* MATERIAL FOR THIS TASK:

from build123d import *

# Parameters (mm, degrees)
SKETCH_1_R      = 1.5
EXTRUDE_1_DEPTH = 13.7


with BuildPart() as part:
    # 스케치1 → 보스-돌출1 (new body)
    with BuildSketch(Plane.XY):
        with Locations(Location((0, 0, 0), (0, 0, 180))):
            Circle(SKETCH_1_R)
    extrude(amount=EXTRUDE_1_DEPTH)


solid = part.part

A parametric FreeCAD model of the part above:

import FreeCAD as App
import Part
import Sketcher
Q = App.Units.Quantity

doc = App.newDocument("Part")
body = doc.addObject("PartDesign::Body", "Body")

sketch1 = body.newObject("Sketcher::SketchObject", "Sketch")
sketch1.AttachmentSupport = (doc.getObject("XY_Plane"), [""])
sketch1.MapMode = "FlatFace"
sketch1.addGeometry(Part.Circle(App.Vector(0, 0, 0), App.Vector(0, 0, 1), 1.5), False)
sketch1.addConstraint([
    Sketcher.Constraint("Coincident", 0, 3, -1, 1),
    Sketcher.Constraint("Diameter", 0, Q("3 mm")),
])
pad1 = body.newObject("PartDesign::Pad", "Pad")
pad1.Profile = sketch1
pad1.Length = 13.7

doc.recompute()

* PROBLEM DESCRIPTION:
Everything from the line with "extrude(amount=EXTRUDE_1_DEPTH)" through the final line of the entries above must be duplicated exactly; both ends belong, and no other line does.

* COMPLETED TASK:
    extrude(amount=EXTRUDE_1_DEPTH)


solid = part.part

A parametric FreeCAD model of the part above:

import FreeCAD as App
import Part
import Sketcher
Q = App.Units.Quantity

doc = App.newDocument("Part")
body = doc.addObject("PartDesign::Body", "Body")

sketch1 = body.newObject("Sketcher::SketchObject", "Sketch")
sketch1.AttachmentSupport = (doc.getObject("XY_Plane"), [""])
sketch1.MapMode = "FlatFace"
sketch1.addGeometry(Part.Circle(App.Vector(0, 0, 0), App.Vector(0, 0, 1), 1.5), False)
sketch1.addConstraint([
    Sketcher.Constraint("Coincident", 0, 3, -1, 1),
    Sketcher.Constraint("Diameter", 0, Q("3 mm")),
])
pad1 = body.newObject("PartDesign::Pad", "Pad")
pad1.Profile = sketch1
pad1.Length = 13.7

doc.recompute()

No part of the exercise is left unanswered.